As we all are looking at how the legal cannabis market is evolving and being approved across our nation, New York is still in the process of finalizing its adult-use marijuana legalization bill. New York is hoping the third time’s the charm, however things seem to be hitting a roadblock again.
For starters, New York has the potential to become one of the biggest marijuana markets in the world. But it’s existing medical cannabis framework is heavily regulated and has a lot of people wondering, including their experts, on how the market will react once the recreational bill passes.
Let’s dive into this deeper. Currently, a top New York lawmaker said on Wednesday that New York should first move to pass a marijuana legalization bill that was introduced by her before entering into any negotiations with the governor’s office about the separate cannabis plan he recently unveiled.
The biggest take away from all of this is that the current adult-use legalization bill has key differences from what Gov. Andrew Cuomo (D) and his proposal includes; things such as home cultivation, budget, additional services related to marijuana, and so forth. Assembly Majority Leader Crystal Peoples-Stokes (D) stated that the legislature should just start by passing her legislation, then working with Cuomo and his office to find middle ground.
This is to prevent yet another breakdown in negotiations over the details, which has happened the last two times the governor put legalization in his budget request. According to Spectrum News, Stokes (D) said that, “In some ways, I’m pleased that the governor has submitted a proposal again. But I do think that, in all honesty, this is the third time that he’s done this, and so I think the proper thing for us to do as a legislature is to approve the bill that [Sen. Liz Krueger (D)] and I’ve been carrying for the last six years.”
She also goes on to mention that the floor should approve their bill and then negotiations could begin with Cuomo’s team/Gov. Andrew Cuomo. Obviously in the cannabis industry this has garnered much attention as people grow impatient. A final New York Budget is due to be enacted by April 1, meaning that the top assembly member wants lawmakers to pass the legislature’s own legalization bill within the next several weeks.
Crystal Peoples-Stokes (D) outlined a specific issue with the governor’s proposal, namely the concern for social equity. Stokes (D) elaborated that Gov. Andrew Cuomo’s plan to put a portion of marijuana tax revenue toward equity grants for communities most impacted by the drug war was a step in the right direction, but should be codified in a statute. She goes on to state that she believes it to be a much larger process, and that it can’t go year-by-year. Especially if Cuomo is no longer governor, because governor is not a lifetime position. It requires a lot more attention to detail with a continual process for something like this to really have an impact on people’s lives who had been impacted by the war on drugs, therefore she felt it required it to be stated in a statute which would only be fair for the years to come.

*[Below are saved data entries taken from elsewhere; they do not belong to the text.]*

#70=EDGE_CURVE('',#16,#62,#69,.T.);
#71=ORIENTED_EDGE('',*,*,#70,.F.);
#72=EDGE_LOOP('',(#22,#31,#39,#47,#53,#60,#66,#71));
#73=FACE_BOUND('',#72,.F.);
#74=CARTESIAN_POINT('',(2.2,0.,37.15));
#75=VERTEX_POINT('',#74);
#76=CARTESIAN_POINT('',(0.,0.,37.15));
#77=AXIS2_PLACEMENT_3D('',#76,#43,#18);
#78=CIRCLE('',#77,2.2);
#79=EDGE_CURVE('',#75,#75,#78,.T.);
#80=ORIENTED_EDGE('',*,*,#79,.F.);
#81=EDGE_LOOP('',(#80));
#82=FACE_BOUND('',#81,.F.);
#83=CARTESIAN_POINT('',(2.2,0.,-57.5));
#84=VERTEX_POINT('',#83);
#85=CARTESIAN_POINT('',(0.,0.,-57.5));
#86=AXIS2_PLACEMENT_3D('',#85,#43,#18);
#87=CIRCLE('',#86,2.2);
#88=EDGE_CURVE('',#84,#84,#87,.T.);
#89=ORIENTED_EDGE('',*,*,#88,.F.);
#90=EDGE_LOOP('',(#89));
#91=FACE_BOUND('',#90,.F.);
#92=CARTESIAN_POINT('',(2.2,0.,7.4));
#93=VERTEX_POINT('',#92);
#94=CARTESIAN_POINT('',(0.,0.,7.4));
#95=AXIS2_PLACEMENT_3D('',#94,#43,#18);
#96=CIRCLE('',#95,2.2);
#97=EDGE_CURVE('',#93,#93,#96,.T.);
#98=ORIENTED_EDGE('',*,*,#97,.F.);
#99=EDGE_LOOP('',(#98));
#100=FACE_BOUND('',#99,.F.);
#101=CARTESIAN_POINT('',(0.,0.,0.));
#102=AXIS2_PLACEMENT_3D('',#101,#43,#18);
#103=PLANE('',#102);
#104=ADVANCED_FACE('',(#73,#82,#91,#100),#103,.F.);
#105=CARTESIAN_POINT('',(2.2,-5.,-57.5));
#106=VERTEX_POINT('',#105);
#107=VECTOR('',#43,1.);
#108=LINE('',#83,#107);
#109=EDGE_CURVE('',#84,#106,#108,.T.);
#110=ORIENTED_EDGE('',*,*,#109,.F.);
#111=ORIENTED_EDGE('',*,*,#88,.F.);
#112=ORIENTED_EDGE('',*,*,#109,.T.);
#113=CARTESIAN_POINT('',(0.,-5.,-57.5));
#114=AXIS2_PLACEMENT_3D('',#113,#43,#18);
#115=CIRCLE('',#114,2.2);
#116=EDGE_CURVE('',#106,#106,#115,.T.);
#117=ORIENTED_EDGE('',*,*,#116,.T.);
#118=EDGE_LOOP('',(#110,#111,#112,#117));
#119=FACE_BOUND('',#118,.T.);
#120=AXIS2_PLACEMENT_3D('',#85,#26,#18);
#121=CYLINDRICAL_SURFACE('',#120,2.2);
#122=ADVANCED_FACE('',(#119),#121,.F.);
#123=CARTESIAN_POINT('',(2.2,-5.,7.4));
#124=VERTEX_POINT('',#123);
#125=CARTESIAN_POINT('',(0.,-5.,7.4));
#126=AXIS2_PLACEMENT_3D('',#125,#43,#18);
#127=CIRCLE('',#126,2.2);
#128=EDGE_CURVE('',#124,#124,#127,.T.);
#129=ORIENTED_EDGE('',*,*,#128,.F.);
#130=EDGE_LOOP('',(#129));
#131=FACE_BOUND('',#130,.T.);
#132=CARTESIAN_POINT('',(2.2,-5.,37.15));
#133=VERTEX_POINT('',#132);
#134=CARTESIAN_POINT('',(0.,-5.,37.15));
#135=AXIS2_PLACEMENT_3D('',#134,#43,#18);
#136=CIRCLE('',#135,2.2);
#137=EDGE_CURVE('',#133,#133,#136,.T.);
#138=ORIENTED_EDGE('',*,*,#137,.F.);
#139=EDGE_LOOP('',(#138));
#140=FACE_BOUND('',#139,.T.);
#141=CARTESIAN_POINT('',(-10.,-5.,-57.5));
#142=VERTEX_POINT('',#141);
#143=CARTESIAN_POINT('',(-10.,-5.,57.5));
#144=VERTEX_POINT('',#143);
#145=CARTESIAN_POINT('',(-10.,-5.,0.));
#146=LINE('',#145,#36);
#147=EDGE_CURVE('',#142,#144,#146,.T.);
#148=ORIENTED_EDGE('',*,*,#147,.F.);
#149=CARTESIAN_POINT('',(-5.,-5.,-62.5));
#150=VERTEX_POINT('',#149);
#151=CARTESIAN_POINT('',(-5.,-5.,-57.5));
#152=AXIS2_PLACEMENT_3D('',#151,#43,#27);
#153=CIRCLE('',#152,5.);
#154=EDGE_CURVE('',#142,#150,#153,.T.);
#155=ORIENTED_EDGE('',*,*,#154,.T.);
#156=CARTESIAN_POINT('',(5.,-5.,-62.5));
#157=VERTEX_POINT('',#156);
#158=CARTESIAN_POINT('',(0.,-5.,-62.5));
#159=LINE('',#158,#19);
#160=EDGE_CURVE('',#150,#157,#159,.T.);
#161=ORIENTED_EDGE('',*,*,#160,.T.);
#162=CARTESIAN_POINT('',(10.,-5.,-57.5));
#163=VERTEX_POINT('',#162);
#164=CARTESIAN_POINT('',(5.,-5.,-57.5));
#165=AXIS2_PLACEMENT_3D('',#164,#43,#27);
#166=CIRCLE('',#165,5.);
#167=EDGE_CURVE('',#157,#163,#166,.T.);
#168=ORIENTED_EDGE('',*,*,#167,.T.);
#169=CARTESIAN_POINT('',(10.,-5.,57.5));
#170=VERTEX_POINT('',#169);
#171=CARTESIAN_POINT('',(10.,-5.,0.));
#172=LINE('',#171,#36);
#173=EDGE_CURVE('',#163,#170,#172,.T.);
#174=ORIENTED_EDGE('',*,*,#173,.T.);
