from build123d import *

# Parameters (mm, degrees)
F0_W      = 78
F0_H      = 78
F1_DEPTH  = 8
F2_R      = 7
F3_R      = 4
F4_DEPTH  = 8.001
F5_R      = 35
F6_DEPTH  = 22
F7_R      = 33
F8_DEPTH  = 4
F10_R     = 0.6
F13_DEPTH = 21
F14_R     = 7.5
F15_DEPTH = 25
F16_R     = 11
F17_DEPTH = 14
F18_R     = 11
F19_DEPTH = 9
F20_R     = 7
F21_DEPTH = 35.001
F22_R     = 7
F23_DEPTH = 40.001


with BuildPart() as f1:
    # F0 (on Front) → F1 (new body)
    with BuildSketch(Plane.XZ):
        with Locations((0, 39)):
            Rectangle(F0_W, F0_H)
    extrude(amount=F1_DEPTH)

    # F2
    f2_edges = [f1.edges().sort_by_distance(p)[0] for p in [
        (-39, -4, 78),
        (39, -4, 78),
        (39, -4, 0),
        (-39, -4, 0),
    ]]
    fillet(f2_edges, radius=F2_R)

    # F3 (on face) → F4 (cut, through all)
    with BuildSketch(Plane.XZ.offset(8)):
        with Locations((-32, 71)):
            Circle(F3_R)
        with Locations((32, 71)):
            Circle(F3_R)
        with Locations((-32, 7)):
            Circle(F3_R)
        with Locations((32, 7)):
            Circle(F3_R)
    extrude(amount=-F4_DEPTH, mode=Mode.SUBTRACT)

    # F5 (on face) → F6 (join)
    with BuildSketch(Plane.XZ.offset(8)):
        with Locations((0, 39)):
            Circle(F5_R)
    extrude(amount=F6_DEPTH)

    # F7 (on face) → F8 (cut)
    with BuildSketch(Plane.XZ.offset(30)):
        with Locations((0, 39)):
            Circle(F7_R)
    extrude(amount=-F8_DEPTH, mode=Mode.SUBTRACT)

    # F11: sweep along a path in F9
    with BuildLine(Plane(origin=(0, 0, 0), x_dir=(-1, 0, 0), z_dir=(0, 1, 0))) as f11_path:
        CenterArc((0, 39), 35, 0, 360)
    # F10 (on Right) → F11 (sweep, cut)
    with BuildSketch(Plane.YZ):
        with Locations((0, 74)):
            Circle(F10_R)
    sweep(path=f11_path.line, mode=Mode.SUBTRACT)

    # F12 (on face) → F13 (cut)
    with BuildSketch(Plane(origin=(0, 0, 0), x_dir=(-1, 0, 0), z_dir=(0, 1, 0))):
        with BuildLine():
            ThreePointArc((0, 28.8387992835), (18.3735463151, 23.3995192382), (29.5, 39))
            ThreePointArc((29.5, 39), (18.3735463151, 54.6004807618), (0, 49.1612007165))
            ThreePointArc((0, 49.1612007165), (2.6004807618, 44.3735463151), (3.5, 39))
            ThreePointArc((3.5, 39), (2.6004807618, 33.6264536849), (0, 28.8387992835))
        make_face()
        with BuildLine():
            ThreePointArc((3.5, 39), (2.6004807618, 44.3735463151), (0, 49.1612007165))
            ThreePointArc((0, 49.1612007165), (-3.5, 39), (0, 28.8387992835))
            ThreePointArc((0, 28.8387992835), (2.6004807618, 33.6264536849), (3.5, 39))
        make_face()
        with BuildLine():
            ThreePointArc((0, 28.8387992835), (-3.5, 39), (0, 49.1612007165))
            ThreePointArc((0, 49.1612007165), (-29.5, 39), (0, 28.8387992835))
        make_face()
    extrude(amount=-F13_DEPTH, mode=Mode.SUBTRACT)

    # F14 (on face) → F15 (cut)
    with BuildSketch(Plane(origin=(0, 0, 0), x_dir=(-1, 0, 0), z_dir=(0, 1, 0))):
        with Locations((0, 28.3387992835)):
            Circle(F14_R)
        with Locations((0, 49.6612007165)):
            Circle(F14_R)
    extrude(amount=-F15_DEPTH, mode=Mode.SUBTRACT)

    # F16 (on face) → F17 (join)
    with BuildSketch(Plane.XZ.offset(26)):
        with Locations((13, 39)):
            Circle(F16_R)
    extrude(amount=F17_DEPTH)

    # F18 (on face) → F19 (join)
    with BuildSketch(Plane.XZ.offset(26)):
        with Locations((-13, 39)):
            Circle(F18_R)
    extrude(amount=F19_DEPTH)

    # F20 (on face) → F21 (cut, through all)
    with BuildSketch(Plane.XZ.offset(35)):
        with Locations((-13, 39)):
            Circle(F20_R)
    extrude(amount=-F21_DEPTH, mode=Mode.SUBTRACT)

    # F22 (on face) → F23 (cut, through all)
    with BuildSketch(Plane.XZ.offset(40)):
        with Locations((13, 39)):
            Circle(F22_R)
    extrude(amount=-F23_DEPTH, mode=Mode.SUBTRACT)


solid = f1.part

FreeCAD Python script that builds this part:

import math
import FreeCAD as App
import Part
import Sketcher
Q = App.Units.Quantity


def edges_at(feature, points):
    """Names of the edges that pass closest to the given points."""
    edges = feature.Shape.Edges
    near = lambda p: min(range(len(edges)), key=lambda i: edges[i].distToShape(Part.Vertex(*p))[0])
    return sorted({f"Edge{near(p) + 1}" for p in points})


def add_polygon(sketch, points):
    """Adds a closed chain of lines whose ends are joined by coincident constraints."""
    first, n = sketch.GeometryCount, len(points)
    for a, b in zip(points, points[1:] + points[:1]):
        sketch.addGeometry(Part.LineSegment(App.Vector(*a, 0), App.Vector(*b, 0)), False)
    for i in range(n):
        sketch.addConstraint(Sketcher.Constraint("Coincident", first + i, 2, first + (i + 1) % n, 1))

doc = App.newDocument("Part")
body = doc.addObject("PartDesign::Body", "Body")

sketch1 = body.newObject("Sketcher::SketchObject", "Sketch")
sketch1.AttachmentSupport = (doc.getObject("XZ_Plane"), [""])
sketch1.MapMode = "FlatFace"
add_polygon(sketch1, [(-39, 78), (-39, 0), (39, 0), (39, 78)])
sketch1.addConstraint(Sketcher.Constraint("Vertical", 0))
sketch1.addConstraint(Sketcher.Constraint("Horizontal", 1))
sketch1.addConstraint(Sketcher.Constraint("Vertical", 2))
sketch1.addConstraint(Sketcher.Constraint("Horizontal", 3))
sketch1.addConstraint(Sketcher.Constraint("Symmetric", 0, 2, 1, 2, -1, 1))
sketch1.addConstraint(Sketcher.Constraint("Equal", 3, 0))
sketch1.addConstraint(Sketcher.Constraint("DistanceX", 1, 1, 1, 2, Q("78 mm")))
pad1 = body.newObject("PartDesign::Pad", "Pad")
pad1.Profile = sketch1
pad1.Length = 8
doc.recompute()

fillet = body.newObject("PartDesign::Fillet", "Fillet")
fillet.Base = (pad1, edges_at(pad1, [
    (-39, -4, 78),
    (39, -4, 78),
    (39, -4, 0),
    (-39, -4, 0),
]))
fillet.Radius = 7

sketch2 = body.newObject("Sketcher::SketchObject", "Sketch001")
sketch2.AttachmentSupport = (doc.getObject("XZ_Plane"), [""])
sketch2.MapMode = "FlatFace"
sketch2.AttachmentOffset = App.Placement(App.Vector(0, 0, 8), App.Rotation())
sketch2.addGeometry(Part.Circle(App.Vector(-32, 71, 0), App.Vector(0, 0, 1), 4), False)
sketch2.addGeometry(Part.Circle(App.Vector(32, 71, 0), App.Vector(0, 0, 1), 4), False)
sketch2.addGeometry(Part.Circle(App.Vector(-32, 7, 0), App.Vector(0, 0, 1), 4), False)
sketch2.addGeometry(Part.Circle(App.Vector(32, 7, 0), App.Vector(0, 0, 1), 4), False)
sketch2.addConstraint(Sketcher.Constraint("Equal", 0, 1))
sketch2.addConstraint(Sketcher.Constraint("Equal", 1, 2))
sketch2.addConstraint(Sketcher.Constraint("Equal", 2, 3))
sketch2.addConstraint(Sketcher.Constraint("Symmetric", 0, 3, 1, 3, -2))
sketch2.addConstraint(Sketcher.Constraint("Symmetric", 2, 3, 3, 3, -2))
sketch2.addConstraint(Sketcher.Constraint("Vertical", 0, 3, 2, 3))
sketch2.addConstraint(Sketcher.Constraint("Diameter", 0, Q("8 mm")))
sketch2.addConstraint(Sketcher.Constraint("DistanceX", 0, 3, -1, 1, Q("32 mm")))
sketch2.addConstraint(Sketcher.Constraint("DistanceY", -1, 1, 0, 3, Q("71 mm")))
sketch2.addConstraint(Sketcher.Constraint("DistanceY", -1, 1, 2, 3, Q("7 mm")))
pocket1 = body.newObject("PartDesign::Pocket", "Pocket")
pocket1.Profile = sketch2
pocket1.Type = "ThroughAll"

sketch3 = body.newObject("Sketcher::SketchObject", "Sketch002")
sketch3.AttachmentSupport = (doc.getObject("XZ_Plane"), [""])
sketch3.MapMode = "FlatFace"
sketch3.AttachmentOffset = App.Placement(App.Vector(0, 0, 8), App.Rotation())
sketch3.addGeometry(Part.Circle(App.Vector(0, 39, 0), App.Vector(0, 0, 1), 35), False)
sketch3.addConstraint(Sketcher.Constraint("PointOnObject", 0, 3, -2))
sketch3.addConstraint(Sketcher.Constraint("Diameter", 0, Q("70 mm")))
sketch3.addConstraint(Sketcher.Constraint("DistanceY", -1, 1, 0, 3, Q("39 mm")))
pad2 = body.newObject("PartDesign::Pad", "Pad001")
pad2.Profile = sketch3
pad2.Length = 22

Another provision in which there were differences that caused delay is the governor’s plan to increase penalties for selling marijuana to people under 21-making it a class D felony punishable with incarceration. In some cases two and half years (2.5) in prison instead of a misdemeanor as it currently is. Peoples-Stoke’s outlook is that a felony level crime is out of proportion. There are several matters like these that require additional conversation after the bill is passed. They could negotiate and come up with the right bill that will have the right impact.
There is still much to be fixed, as articles have said that her approach to this policy is to “save people’s lives,” whereas Cuomo (D) seems largely interested in closing the state’s budget gap, while still addressing social equity to an extent. Sources have stated that until they can fix these issues, they were not going to heal as a society, or in Peoples-Stokes words “we’re not going to bring things into fruition where they need to be.”
There is also the disputed cultivation component to Gov. Andrew Cuomo’s plan. Home cultivation would not be allowed, where other states have allowed up to six (6) plants for personal use. However, the governor feels differently about adults 21 and older to be able to purchase cannabis and cultivate on their own. There are different views on this matter that will need resolution.
Lastly, the tax revenue that Andrew Cuomo’s plan is proposing is as follows: A three tiered taxed system on recreational cannabis products. One based on THC content to be applied at the wholesale level, a 10.25% surcharge tax at the point of purchase by consumers, and thirdly applicable state and local sales taxes. Through this the administration is projecting that the state will take in $350 million annually in marijuana tax revenue as the program is up and running.
Like the Governor has stated in the past, “the pressure will be on” to legalize cannabis in the state and for lawmakers to approve it “this year.” Hopefully in the months to come we will see what changes have been made for New York as we move into 2021.